Top of Provided information

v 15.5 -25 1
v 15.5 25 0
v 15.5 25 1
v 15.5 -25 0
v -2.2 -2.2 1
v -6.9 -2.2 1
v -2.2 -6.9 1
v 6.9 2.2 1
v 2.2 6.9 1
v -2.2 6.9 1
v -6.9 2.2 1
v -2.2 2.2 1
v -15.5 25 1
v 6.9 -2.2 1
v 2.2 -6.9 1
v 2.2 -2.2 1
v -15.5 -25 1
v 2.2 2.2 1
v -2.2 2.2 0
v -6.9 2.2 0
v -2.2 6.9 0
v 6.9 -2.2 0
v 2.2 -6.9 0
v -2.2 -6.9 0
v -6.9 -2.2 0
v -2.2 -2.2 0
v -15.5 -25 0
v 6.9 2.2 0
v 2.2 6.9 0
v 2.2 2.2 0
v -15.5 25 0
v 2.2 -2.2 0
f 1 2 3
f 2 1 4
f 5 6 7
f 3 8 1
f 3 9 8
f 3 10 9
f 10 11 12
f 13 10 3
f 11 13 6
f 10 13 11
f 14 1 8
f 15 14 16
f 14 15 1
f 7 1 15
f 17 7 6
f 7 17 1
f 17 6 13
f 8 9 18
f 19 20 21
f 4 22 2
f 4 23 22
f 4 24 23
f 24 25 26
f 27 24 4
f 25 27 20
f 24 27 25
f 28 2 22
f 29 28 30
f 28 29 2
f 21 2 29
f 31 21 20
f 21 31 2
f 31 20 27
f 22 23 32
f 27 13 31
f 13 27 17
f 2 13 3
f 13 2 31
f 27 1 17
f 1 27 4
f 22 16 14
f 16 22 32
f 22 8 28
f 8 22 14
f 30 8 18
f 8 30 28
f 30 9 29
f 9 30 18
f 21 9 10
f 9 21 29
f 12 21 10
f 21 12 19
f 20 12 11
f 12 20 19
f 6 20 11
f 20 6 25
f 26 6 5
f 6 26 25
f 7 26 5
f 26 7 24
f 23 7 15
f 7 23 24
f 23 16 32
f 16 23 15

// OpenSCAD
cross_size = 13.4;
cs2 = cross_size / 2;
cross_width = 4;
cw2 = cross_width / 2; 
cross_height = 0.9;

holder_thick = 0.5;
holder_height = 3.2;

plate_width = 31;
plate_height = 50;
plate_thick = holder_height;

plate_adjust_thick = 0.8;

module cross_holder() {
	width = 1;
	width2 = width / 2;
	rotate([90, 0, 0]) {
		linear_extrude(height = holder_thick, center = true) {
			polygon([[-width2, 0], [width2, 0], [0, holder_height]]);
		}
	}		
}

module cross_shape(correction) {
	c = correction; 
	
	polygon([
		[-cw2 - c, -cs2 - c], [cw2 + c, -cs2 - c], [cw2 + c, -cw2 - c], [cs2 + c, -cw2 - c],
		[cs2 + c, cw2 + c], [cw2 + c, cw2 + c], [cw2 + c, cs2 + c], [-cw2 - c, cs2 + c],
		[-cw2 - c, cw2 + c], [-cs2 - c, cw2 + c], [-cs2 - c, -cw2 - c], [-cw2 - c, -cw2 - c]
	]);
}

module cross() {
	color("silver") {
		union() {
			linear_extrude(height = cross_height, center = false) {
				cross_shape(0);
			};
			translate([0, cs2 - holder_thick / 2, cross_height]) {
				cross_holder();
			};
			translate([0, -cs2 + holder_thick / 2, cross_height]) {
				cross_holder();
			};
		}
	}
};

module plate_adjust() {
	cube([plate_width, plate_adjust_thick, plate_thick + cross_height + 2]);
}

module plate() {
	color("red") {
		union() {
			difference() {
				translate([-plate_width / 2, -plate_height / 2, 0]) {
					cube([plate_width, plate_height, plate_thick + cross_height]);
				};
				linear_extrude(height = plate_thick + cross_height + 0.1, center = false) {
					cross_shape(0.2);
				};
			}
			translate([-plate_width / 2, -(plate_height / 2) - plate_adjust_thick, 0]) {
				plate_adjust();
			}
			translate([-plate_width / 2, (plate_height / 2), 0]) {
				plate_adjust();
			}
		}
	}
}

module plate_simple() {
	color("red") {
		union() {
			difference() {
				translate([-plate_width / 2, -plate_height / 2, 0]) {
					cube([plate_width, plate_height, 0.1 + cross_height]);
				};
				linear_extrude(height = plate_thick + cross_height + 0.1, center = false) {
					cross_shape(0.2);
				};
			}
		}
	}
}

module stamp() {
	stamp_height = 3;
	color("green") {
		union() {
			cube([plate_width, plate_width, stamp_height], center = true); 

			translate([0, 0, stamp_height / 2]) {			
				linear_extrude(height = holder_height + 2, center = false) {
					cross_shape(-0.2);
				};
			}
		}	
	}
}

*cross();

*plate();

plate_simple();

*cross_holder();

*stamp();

Bottom of Provided information
Top of Provided information

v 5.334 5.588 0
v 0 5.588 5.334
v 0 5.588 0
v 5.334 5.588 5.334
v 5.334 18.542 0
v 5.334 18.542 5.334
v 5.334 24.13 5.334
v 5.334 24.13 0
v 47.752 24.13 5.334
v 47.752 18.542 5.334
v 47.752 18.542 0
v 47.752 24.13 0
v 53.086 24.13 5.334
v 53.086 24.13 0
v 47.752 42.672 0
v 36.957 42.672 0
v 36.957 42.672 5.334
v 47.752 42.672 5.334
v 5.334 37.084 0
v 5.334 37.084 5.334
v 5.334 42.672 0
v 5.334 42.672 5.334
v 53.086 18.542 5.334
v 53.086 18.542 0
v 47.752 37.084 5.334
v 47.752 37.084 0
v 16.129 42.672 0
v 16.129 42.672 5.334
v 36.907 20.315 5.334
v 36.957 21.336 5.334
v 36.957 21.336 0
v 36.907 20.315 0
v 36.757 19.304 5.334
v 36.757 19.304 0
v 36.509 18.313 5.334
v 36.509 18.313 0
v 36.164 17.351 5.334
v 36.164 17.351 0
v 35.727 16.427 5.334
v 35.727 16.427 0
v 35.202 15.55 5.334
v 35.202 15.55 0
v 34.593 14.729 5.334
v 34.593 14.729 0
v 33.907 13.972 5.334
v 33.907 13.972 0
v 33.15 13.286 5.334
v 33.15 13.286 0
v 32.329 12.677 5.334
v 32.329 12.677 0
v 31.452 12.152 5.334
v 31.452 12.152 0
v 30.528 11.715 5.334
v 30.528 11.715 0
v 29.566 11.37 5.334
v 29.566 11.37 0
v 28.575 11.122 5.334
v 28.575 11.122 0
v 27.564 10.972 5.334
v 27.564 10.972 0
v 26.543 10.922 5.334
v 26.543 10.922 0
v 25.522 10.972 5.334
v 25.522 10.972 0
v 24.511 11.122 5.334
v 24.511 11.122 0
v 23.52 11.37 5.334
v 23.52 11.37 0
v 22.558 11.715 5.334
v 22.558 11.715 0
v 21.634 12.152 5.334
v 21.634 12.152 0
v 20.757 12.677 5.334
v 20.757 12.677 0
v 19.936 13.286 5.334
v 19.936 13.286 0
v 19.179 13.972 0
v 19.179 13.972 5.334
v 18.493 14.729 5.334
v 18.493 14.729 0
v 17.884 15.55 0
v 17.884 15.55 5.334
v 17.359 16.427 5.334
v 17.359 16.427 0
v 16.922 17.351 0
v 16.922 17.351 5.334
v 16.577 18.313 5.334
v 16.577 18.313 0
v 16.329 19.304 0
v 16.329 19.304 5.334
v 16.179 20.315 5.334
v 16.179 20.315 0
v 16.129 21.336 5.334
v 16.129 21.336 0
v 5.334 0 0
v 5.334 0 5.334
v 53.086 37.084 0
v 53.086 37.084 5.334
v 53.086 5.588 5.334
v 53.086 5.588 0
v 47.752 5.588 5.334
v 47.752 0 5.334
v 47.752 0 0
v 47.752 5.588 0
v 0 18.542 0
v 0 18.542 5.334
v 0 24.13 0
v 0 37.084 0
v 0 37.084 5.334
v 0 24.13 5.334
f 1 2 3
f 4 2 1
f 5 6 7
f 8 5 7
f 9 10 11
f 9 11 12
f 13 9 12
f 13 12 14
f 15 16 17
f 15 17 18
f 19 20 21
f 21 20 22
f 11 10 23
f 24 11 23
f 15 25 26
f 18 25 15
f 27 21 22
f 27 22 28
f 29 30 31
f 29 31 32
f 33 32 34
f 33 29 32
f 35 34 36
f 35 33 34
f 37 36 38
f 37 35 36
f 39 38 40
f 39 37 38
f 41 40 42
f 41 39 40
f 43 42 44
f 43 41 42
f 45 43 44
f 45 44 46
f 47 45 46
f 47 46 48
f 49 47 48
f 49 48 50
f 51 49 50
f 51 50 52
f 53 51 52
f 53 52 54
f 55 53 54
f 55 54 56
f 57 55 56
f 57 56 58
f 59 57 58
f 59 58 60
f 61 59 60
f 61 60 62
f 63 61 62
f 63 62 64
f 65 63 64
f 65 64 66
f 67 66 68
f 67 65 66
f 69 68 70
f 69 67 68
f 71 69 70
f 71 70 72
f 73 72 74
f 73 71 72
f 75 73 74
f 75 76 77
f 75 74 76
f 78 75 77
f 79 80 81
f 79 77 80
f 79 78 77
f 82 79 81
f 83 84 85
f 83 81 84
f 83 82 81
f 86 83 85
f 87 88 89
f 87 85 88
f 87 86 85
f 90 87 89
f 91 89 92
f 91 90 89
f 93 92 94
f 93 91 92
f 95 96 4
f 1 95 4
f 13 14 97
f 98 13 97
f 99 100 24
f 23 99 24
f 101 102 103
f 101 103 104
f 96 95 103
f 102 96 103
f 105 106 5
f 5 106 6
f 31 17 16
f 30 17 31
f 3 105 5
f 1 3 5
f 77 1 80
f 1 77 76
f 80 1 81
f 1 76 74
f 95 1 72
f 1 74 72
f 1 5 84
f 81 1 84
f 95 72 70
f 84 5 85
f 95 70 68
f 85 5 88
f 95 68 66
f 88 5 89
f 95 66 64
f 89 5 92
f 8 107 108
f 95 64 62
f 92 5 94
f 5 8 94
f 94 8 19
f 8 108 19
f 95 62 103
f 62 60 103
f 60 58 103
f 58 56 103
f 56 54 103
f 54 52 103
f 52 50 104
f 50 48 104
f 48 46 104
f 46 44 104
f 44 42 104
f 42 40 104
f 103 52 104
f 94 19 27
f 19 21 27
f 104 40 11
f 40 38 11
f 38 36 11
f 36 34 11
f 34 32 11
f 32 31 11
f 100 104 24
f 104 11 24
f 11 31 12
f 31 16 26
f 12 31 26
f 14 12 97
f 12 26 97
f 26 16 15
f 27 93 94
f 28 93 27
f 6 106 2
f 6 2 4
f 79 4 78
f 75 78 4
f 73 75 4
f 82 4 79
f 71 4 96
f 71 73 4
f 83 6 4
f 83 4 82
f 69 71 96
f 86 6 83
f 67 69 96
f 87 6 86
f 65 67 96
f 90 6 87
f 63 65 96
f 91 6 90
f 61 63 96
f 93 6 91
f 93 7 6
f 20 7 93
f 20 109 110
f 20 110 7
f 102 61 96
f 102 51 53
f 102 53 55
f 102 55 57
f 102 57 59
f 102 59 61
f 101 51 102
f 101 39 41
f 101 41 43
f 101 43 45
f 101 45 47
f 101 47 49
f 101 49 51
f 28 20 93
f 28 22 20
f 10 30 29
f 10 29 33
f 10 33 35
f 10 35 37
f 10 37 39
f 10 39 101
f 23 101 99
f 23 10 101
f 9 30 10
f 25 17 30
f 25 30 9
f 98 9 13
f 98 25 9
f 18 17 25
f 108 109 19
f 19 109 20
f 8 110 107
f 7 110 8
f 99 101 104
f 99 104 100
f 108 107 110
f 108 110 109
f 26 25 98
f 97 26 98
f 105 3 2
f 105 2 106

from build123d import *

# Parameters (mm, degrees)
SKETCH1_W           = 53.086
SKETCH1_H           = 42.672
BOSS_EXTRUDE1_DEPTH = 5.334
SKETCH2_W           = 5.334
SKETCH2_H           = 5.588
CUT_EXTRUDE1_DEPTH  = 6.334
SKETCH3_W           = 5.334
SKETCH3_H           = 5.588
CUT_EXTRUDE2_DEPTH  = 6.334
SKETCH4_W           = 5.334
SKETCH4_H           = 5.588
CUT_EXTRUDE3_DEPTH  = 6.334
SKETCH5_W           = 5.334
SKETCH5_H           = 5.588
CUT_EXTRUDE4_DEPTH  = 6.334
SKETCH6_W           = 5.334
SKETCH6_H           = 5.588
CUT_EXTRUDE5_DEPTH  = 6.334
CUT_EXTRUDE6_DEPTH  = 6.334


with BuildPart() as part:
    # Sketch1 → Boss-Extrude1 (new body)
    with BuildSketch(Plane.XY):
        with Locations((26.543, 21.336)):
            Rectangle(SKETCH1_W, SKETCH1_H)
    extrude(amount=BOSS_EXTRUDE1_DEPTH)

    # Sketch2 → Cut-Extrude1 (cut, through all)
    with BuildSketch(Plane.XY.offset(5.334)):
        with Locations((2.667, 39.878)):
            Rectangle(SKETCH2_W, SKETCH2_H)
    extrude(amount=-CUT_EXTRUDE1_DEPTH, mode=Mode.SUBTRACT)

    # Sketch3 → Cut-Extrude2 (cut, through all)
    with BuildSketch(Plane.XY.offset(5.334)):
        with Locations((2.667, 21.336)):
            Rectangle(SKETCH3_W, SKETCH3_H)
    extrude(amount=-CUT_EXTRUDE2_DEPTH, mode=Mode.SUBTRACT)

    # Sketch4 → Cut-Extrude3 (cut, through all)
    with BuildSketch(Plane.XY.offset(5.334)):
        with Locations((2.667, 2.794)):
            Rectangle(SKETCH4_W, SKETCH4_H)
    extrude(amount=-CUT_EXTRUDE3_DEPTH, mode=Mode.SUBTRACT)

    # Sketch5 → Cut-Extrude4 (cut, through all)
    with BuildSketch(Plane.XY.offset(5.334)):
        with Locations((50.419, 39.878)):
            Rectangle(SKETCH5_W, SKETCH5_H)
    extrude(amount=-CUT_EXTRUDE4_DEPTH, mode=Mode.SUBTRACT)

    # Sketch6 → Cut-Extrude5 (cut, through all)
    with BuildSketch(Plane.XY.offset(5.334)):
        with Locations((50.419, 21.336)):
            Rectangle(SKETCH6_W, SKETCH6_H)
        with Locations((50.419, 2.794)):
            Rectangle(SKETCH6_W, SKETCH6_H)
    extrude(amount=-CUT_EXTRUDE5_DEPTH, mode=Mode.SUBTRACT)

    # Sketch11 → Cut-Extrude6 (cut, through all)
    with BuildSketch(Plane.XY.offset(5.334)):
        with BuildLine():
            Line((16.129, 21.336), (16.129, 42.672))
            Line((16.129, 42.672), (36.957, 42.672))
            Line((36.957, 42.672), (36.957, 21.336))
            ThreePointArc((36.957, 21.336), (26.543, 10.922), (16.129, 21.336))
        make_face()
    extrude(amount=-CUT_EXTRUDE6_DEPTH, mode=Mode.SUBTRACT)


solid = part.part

Bottom of Provided information
Top of Provided information

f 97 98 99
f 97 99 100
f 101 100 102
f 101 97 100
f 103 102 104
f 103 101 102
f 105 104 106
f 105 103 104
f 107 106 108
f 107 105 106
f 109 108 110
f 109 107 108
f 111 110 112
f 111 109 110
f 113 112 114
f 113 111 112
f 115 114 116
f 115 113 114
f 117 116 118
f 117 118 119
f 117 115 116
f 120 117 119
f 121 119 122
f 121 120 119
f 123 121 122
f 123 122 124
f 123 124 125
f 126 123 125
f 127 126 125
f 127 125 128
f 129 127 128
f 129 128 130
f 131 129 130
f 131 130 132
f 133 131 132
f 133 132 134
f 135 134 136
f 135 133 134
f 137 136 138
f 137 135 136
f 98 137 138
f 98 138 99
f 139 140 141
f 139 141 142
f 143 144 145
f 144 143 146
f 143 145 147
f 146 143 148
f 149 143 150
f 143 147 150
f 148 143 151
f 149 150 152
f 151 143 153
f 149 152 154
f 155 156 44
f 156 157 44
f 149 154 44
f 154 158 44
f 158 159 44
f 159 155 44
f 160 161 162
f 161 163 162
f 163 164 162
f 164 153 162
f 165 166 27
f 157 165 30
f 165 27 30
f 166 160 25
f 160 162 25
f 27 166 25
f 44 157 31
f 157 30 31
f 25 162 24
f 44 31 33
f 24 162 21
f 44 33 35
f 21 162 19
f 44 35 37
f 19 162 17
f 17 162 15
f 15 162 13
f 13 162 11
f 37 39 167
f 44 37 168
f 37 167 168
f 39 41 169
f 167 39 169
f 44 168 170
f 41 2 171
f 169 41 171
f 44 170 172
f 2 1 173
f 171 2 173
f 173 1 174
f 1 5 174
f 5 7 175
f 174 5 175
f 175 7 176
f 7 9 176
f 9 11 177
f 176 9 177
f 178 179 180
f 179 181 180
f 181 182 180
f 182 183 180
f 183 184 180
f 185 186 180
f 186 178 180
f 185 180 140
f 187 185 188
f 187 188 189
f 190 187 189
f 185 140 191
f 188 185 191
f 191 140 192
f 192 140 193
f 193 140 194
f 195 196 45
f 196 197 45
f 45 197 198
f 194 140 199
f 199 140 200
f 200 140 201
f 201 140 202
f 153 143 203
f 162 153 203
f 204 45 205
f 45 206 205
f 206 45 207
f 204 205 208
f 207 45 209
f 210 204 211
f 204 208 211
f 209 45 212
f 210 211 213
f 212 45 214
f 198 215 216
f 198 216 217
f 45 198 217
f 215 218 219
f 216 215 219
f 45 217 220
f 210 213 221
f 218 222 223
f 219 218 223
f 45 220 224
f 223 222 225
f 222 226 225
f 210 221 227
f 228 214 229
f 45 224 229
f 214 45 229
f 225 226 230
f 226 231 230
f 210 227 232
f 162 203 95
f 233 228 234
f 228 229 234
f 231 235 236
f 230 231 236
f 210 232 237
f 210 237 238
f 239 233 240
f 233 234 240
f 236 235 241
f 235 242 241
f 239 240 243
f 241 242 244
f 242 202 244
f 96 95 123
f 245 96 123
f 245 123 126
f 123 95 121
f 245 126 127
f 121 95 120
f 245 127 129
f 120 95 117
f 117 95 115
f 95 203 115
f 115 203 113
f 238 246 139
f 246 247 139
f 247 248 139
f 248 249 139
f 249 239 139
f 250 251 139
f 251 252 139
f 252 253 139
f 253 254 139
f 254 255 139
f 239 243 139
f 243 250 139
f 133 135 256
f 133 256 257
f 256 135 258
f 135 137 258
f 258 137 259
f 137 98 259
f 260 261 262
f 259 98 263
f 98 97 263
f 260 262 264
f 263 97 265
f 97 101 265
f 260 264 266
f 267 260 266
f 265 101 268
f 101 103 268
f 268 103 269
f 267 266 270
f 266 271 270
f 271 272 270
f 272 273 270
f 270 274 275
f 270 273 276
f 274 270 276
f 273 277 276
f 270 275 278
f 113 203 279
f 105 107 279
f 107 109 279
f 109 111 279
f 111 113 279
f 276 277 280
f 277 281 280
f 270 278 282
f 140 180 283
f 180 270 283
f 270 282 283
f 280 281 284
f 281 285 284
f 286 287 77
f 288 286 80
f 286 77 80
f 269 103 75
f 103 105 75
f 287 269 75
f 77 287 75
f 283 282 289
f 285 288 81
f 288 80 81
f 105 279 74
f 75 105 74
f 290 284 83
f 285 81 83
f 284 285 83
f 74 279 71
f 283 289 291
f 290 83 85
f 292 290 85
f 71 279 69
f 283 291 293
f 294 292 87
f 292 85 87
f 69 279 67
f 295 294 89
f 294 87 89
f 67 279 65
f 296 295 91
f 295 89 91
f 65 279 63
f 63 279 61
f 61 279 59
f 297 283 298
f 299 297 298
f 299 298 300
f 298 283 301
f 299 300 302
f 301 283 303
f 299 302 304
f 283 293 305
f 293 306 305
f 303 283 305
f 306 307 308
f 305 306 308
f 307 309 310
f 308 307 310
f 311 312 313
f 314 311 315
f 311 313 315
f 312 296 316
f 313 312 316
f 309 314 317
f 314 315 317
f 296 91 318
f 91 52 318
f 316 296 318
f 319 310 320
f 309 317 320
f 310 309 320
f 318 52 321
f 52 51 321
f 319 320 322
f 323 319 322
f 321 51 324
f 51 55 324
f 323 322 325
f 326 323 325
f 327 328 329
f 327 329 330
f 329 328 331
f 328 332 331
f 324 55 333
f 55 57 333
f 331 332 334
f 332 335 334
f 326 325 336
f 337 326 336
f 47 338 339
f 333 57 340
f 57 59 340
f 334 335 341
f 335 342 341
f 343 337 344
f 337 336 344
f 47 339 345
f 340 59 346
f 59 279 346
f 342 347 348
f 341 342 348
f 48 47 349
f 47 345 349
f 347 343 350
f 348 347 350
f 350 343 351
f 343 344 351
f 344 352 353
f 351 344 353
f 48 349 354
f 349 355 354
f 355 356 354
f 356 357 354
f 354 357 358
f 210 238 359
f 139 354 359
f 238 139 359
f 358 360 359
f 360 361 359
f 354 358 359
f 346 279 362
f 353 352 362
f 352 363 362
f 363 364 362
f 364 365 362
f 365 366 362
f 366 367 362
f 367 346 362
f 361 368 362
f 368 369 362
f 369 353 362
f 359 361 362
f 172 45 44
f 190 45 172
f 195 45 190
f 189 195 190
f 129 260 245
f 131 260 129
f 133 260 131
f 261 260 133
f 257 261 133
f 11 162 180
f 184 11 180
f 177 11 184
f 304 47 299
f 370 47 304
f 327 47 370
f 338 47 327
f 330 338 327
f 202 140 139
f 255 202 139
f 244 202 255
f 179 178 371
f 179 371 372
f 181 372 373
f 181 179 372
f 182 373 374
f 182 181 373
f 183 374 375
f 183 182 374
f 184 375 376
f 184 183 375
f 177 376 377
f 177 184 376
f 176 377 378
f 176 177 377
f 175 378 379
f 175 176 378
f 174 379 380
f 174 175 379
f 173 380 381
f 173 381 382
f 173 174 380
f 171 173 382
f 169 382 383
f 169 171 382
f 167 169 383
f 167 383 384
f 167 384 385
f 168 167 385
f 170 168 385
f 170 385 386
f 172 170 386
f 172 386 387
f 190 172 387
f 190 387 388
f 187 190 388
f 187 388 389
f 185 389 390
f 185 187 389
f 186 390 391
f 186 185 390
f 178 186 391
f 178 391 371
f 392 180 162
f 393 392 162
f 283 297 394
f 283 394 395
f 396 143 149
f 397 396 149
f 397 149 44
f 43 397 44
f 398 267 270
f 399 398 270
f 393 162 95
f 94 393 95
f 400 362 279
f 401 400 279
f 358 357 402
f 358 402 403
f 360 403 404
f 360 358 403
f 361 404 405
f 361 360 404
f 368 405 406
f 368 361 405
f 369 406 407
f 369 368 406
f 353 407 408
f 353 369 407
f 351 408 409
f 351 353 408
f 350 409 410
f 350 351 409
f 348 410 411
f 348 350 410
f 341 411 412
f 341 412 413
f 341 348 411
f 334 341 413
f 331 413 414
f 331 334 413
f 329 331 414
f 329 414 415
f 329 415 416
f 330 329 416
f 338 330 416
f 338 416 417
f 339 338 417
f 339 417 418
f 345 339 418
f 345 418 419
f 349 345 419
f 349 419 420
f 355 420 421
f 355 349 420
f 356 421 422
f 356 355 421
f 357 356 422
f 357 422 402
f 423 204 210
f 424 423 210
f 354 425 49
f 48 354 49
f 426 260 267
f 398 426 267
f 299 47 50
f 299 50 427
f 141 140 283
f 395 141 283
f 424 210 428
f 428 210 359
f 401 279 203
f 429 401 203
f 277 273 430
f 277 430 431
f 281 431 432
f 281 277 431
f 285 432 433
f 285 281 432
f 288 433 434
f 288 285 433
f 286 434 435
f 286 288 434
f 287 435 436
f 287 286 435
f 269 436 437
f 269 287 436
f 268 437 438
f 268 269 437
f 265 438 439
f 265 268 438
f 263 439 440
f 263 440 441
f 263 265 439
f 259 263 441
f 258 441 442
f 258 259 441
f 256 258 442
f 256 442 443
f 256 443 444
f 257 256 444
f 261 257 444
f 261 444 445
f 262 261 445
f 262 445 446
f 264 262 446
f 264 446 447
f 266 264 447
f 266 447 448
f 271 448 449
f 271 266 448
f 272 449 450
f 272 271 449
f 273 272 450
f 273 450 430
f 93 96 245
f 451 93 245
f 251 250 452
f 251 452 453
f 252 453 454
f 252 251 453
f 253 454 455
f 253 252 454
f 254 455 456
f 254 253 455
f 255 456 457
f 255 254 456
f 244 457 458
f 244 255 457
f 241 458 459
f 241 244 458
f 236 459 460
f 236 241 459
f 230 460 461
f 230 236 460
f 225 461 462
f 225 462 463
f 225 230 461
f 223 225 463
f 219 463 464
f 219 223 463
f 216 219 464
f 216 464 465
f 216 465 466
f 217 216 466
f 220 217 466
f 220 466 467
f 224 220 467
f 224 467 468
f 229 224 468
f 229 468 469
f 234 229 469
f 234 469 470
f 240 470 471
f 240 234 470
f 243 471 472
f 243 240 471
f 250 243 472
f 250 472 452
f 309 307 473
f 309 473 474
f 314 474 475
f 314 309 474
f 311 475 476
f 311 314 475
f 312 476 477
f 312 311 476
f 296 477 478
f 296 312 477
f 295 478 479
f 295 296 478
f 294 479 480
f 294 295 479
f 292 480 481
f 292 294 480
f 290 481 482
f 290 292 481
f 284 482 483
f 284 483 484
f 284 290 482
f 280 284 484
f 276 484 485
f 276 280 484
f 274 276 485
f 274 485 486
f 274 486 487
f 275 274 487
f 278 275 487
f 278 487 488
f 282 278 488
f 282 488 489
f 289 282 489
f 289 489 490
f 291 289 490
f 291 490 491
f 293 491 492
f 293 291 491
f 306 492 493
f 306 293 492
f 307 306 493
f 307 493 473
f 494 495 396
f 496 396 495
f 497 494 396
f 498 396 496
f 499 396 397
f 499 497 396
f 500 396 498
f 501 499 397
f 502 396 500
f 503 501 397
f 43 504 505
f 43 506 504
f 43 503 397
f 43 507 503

Bottom of Provided information

_Activity_:
Would you output, from the records above, exactly the run of lines that starts at the line containing "v 15.5 -25 1" and ends at the line containing "v 2.2 -6.9 0", and only that run?

_Your response_:
v 15.5 -25 1
v 15.5 25 0
v 15.5 25 1
v 15.5 -25 0
v -2.2 -2.2 1
v -6.9 -2.2 1
v -2.2 -6.9 1
v 6.9 2.2 1
v 2.2 6.9 1
v -2.2 6.9 1
v -6.9 2.2 1
v -2.2 2.2 1
v -15.5 25 1
v 6.9 -2.2 1
v 2.2 -6.9 1
v 2.2 -2.2 1
v -15.5 -25 1
v 2.2 2.2 1
v -2.2 2.2 0
v -6.9 2.2 0
v -2.2 6.9 0
v 6.9 -2.2 0
v 2.2 -6.9 0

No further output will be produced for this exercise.